As a co-creator of this report back I felt quiet happy with the results. I felt that all our hard work and advertising payed off. It was fun to see a large group of people including people we did not know gaining new insights and asking so many questions. It was hard to choose what to focus on; this training covered so many topics so to choose how best to present it was challenging. In the end I am glad we stuck to teaching only three key things and just sharing our experience for the rest of the time. We had report back forms and it was good to get a lot of appreciation and some constructive criticism. I feel that in time my teaching skills will get even better, especially in transitioning from one topic to the next. I liked helping to lead people in ritual that had never or very rarely experienced it. In the feed back form we asked people directly what they thought about the ritual and most agreed that they did not usually do this sort of thing but were happy with the relaxed atmosphere and how they could choose to participate or not.
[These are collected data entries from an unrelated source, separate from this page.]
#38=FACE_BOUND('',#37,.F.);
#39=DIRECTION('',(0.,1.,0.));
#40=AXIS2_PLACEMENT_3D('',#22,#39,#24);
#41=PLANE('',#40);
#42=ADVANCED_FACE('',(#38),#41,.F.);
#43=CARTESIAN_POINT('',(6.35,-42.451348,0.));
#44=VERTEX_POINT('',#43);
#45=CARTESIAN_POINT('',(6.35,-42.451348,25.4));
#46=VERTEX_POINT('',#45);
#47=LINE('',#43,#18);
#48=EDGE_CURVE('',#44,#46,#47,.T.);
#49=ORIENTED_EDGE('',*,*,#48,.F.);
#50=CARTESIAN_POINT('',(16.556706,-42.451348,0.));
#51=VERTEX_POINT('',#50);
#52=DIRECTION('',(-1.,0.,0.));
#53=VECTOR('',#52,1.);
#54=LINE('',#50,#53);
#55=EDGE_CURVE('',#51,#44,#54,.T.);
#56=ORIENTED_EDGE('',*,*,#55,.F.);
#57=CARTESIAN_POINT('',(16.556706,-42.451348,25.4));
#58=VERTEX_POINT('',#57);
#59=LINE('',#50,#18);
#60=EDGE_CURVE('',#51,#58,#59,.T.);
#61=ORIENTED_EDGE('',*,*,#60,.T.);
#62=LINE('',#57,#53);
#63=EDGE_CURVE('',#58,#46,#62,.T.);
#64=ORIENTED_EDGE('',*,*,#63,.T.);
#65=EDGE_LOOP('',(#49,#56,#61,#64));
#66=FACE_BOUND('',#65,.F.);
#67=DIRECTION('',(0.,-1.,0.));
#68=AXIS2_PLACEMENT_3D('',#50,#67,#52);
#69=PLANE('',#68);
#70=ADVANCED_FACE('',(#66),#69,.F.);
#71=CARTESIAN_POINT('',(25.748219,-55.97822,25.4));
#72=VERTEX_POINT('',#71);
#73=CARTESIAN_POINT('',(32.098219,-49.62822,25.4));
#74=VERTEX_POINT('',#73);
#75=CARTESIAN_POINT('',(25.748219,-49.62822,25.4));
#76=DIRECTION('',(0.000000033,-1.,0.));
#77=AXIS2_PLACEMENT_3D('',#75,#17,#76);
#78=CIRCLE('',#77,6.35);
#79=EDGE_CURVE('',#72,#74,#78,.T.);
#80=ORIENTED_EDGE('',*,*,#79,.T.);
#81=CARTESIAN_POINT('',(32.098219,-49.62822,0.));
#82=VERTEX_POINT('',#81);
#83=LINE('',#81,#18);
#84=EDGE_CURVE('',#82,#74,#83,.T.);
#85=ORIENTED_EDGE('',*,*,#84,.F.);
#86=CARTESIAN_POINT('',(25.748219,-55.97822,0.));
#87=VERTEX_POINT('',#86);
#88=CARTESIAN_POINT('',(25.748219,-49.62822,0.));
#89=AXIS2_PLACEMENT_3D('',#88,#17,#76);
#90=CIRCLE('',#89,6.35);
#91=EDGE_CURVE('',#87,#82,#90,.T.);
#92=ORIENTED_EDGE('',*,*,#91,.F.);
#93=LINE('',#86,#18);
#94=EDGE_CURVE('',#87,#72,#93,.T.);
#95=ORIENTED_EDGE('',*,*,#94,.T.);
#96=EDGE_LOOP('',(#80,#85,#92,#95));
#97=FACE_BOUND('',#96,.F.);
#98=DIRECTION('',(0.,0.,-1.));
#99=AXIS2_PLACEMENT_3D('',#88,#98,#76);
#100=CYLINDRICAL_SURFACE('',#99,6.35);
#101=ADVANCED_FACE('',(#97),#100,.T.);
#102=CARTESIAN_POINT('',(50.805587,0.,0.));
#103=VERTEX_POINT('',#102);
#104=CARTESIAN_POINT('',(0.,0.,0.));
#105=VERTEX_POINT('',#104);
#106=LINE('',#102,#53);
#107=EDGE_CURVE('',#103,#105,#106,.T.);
I like learning how to be a teacher, how to make things fun and dynamic as well as packed with information. I also liked the process Heron and I had to go through to lead this together. It was hard choosing who would do what tasks. We both ended up working independently of each other a lot and there was a feeling that we could not rely on the other for help. We were able to communicate this and work it out so that we could collaborate when it came time to lead the report back. I feel like this is one of the many lessons I am learning in working collectively. These are great steps towards being able to live in an intentional community.

Monday, February 18, 2008

Week 6 winter quarter

I spent week 6 focused on the report back next week and on gathering more inspiration for my art installation. I rented a PBS series called "Art 21," interviews with artist in the 21st century. These DVDs were incredibly helpful in gaining perspective and guidance surrounding the work I am creating. I was especially enchanted with Ann Hamilton's work. Her use of natural materials and multimedia presentations exploring the idea of spirituality excited me. I was also enthralled by the works of Kiki Smith, her sculpture, especially about the witch trials was a fascinating way to make history relevant and in your face. I liked the reminder of how political art is a way of creating beauty and healing in a tense and destructive environment. As a multi-media artist I also appreciated how the interviews were shot, few face on shots and mostly showing the artist as they created their work. You really got a sense of the process and energy put into each piece.

Heron and I crafted a slideshow and presentation for the report back as well as took a look over our timeline and decided what were the most important things to cover. We have been publicizing the event widely and will be doing a short interview on the radio about permaculture and the report back. I think it will go smoothly and be very dynamic, a true expression of our experience at EAT.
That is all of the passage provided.